A range (and some other types) can work just like a vector because it is a subtype of AbstractArray, and many functions don’t care about the internal details, they just care that they can get out indices, know the length of the object, etc. Many other “iterators” work the same way.

Nevertheless, sometimes you do actually need the concrete vector, in which case you can use the collect() function:

typeof(my_range)
StepRange{Int64, Int64}
range_as_vector = collect(my_range)
typeof(range_as_vector)
Vector{Int64} (alias for Array{Int64, 1})
sizeof(range_as_vector) # compare this to the 24 bytes used before
8000000
@benchmark sum($range_as_vector)
BenchmarkTools.Trial: 10000 samples with 1 evaluation.
 Range (minmax):  237.768 μs 1.330 ms   GC (min … max): 0.00% … 0.00%
 Time  (median):     241.359 μs               GC (median):    0.00%
 Time  (mean ± σ):   243.476 μs ± 12.728 μs   GC (mean ± σ):  0.00% ± 0.00%

    █▅   ▃▅▃  ▃▁                                                
  ▂▇██▇▅▆██████▆▄▃▂▂▁▁▁▁▁▂▂▂▂▃▃▄▄▃▃▃▃▄▃▄▃▄▃▂▂▁▁▁▁▂▂▂▂▁▁▂▂▂▂▂ ▃
  238 μs          Histogram: frequency by time          257 μs <

 Memory estimate: 0 bytes, allocs estimate: 0.

6.2 🪠 Pipes

Sometimes, it can be convenient to chain functions together in a single line.
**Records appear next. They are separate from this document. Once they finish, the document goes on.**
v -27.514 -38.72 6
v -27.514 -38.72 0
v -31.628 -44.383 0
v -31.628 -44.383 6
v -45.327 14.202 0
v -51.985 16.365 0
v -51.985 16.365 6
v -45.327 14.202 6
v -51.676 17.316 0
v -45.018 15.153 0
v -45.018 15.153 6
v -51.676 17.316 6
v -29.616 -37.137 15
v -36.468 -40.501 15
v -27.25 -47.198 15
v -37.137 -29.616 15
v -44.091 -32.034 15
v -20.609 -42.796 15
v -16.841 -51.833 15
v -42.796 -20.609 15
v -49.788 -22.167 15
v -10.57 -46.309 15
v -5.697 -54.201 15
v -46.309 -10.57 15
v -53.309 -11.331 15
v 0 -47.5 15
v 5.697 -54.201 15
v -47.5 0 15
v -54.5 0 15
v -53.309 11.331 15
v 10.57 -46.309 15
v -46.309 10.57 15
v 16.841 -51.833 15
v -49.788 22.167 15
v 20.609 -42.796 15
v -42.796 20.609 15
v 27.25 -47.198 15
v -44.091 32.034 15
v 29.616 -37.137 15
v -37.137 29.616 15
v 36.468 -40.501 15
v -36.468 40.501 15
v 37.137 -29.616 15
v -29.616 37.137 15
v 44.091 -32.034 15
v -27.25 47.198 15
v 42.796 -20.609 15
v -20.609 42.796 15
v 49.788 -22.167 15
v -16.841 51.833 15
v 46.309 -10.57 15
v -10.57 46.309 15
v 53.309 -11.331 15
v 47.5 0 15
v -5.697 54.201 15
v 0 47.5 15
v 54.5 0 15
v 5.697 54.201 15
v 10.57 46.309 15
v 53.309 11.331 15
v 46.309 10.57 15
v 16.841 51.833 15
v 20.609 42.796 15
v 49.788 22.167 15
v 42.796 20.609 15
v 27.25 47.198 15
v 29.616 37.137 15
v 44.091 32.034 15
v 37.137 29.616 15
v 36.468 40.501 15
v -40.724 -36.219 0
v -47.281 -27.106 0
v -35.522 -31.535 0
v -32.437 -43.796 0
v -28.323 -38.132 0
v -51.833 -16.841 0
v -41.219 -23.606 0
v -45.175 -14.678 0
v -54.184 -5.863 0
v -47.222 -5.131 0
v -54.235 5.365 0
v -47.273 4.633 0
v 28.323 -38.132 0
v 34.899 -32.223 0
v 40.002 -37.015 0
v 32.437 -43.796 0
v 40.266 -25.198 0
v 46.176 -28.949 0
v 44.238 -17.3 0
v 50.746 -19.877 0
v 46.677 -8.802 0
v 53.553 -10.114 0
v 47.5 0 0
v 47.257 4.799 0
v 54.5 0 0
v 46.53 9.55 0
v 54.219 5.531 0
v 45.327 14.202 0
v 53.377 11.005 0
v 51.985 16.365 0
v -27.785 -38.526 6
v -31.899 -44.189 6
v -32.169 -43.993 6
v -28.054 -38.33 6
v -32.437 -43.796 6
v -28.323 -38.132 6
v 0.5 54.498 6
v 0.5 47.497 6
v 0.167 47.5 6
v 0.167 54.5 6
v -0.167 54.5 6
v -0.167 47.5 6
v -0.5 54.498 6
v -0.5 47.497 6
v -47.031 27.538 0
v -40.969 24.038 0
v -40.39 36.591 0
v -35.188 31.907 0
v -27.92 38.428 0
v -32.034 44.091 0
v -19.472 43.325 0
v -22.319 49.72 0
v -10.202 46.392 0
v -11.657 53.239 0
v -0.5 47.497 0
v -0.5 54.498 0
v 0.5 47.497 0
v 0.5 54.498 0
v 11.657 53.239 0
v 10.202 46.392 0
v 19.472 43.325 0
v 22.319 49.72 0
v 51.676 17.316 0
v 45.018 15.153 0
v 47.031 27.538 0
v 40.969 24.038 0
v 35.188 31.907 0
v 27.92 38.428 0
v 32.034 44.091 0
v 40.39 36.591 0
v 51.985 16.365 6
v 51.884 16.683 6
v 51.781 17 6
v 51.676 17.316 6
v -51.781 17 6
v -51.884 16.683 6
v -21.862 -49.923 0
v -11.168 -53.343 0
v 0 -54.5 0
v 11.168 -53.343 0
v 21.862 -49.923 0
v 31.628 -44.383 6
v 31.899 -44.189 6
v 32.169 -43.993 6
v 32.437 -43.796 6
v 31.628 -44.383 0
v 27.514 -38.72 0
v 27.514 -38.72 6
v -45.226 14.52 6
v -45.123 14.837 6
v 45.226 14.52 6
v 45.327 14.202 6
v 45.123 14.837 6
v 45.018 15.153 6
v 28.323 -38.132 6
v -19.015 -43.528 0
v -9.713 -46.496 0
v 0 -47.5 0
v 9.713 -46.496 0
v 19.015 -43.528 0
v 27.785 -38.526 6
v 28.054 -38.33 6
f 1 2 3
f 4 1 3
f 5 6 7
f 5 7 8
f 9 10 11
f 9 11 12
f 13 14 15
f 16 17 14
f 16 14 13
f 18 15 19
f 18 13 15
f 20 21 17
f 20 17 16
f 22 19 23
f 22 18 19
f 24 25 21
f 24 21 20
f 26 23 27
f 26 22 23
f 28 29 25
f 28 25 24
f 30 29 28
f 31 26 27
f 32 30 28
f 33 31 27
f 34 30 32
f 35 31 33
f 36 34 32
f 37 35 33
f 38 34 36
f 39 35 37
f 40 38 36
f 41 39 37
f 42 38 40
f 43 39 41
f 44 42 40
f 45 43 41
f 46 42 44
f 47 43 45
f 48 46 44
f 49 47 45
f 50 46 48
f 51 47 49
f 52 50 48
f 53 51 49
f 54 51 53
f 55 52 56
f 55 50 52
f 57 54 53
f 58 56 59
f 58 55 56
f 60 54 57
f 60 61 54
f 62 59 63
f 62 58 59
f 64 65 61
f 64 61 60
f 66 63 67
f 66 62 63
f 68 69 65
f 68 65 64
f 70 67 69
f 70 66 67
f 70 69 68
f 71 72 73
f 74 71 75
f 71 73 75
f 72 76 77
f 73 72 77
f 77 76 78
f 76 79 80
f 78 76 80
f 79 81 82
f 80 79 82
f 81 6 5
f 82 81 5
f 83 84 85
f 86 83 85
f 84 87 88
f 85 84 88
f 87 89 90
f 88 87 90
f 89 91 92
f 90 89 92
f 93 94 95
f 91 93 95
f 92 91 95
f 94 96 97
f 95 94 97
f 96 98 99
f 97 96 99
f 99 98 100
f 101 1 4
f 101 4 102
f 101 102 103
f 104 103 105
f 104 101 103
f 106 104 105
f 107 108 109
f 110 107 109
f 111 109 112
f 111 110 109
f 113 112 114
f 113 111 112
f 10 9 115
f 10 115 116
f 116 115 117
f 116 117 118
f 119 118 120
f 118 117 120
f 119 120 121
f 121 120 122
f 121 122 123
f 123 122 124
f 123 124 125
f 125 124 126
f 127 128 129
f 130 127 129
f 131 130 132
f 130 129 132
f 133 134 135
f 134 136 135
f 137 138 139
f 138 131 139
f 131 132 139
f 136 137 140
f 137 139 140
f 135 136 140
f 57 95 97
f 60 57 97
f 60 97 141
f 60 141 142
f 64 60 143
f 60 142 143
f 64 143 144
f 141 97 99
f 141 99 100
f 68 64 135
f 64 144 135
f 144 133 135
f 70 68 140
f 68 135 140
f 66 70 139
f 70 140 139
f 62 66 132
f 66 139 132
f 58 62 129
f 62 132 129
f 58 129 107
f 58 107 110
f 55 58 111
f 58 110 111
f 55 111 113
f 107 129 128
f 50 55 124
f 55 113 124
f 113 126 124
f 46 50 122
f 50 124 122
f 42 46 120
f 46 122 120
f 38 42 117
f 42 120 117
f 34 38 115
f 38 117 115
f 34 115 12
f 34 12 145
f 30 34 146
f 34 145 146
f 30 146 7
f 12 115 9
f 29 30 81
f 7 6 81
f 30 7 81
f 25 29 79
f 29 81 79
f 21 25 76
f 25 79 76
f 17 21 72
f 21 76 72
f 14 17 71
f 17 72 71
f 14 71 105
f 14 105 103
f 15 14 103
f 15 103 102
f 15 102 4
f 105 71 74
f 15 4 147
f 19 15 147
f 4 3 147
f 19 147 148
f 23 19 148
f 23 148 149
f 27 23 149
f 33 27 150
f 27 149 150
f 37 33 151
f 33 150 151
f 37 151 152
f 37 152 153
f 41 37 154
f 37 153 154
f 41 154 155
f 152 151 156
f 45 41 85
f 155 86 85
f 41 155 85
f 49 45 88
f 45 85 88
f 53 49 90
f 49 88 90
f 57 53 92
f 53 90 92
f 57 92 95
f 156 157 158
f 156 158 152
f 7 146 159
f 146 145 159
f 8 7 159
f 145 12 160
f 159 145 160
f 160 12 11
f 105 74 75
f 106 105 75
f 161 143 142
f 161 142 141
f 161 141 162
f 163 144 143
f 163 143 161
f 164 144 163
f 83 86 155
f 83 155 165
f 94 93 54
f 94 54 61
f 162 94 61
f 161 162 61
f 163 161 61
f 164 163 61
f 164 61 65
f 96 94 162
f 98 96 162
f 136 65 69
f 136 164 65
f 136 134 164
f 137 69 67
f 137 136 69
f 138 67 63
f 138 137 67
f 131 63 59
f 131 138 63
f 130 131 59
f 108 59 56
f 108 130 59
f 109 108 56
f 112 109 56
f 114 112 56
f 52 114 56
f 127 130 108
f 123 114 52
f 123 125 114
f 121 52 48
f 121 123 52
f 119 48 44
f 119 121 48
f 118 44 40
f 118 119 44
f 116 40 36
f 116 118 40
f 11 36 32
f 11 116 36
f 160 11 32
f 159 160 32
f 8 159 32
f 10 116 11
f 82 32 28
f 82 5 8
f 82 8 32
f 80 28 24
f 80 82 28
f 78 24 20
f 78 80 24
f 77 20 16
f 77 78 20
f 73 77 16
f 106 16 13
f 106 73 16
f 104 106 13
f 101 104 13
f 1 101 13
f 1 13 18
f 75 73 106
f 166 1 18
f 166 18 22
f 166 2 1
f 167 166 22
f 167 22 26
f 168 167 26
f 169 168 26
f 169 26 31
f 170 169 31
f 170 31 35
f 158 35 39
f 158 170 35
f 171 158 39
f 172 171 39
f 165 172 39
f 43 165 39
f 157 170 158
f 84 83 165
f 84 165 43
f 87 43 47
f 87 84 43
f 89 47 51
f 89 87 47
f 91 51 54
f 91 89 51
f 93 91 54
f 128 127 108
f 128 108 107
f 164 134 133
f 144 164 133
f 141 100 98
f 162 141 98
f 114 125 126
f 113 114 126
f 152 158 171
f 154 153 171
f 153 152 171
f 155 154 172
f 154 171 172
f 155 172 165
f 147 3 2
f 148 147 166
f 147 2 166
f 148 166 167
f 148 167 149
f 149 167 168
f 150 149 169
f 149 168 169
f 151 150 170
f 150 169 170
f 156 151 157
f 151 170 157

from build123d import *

# Parameters (mm, degrees)
ESQUISSE1_R             = 54.5
ESQUISSE1_R_2           = 47.5
BOSS_EXTRU_1_DEPTH      = 15
ESQUISSE2_W             = 1
ESQUISSE2_H             = 9.520304005
ENL_V_MAT_EXTRU_1_DEPTH = 6


with BuildPart() as part:
    # Esquisse1 → Boss.-Extru.1 (new body)
    with BuildSketch(Plane.XY):
        Circle(ESQUISSE1_R)
        Circle(ESQUISSE1_R_2, mode=Mode.SUBTRACT)
    extrude(amount=BOSS_EXTRU_1_DEPTH)

    # Esquisse2 → Enlèv. mat.-Extru.1 (cut)
    with BuildSketch(Plane(origin=(0, 0, 0), x_dir=(-1, 0, 0), z_dir=(0, 0, -1))):
        with BuildLine():
            Line((32.437456587, -43.795677985), (28.322761135, -38.132285556))
            ThreePointArc((28.322761135, -38.132285556), (27.919799484, -38.428307233), (27.513744141, -38.720070808))
            Line((27.513744141, -38.720070808), (31.628439593, -44.383463237))
            ThreePointArc((31.628439593, -44.383463237), (32.03429625, -44.091426193), (32.437456587, -43.795677985))
        make_face()
        with BuildLine():
            ThreePointArc((-45.327190172, 14.20196575), (-45.175184524, 14.678307233), (-45.018173177, 15.153022266))
            Line((-45.018173177, 15.153022266), (-51.675890273, 17.316245682))
            ThreePointArc((-51.675890273, 17.316245682), (-51.832580138, 16.841426193), (-51.984907267, 16.365189166))
            Line((-51.984907267, 16.365189166), (-45.327190172, 14.20196575))
        make_face()
        Polygon((-26.511777811, -37.340982466), (-32.107672102, -45.043070198), (-32.916689096, -44.455284946), (-27.320794805, -36.753197214), align=None)
        Polygon((43.3969576, 14.626257393), (52.451304761, 17.568193122), (52.760321755, 16.617136606), (43.705974594, 13.675200877), align=None)
        with Locations((0, 50.552873414)):
            Rectangle(ESQUISSE2_W, ESQUISSE2_H)
    extrude(amount=-ENL_V_MAT_EXTRU_1_DEPTH, mode=Mode.SUBTRACT)


solid = part.part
For simple expressions, this can be done in Julia using the “pipe” operator |>, which pipes the output from one expression into the input of the next. In other words, x |> y is equivalent to y(x).

The following are equivalent:

my_range |> collect |> sum

# and

sum(collect(my_range))

But this really only works for single-argument functions. As we’ll see, the Chain.jl package can be used for more complex operations. With Chain.jl, the result from each line of a calculation is passed implicitly as the first argument in the next.

using Chain

@chain my_range begin
    collect
    sum
end
1000000000000

This is of course a trivial example, we’ll see much more complicated versions in future tutorials.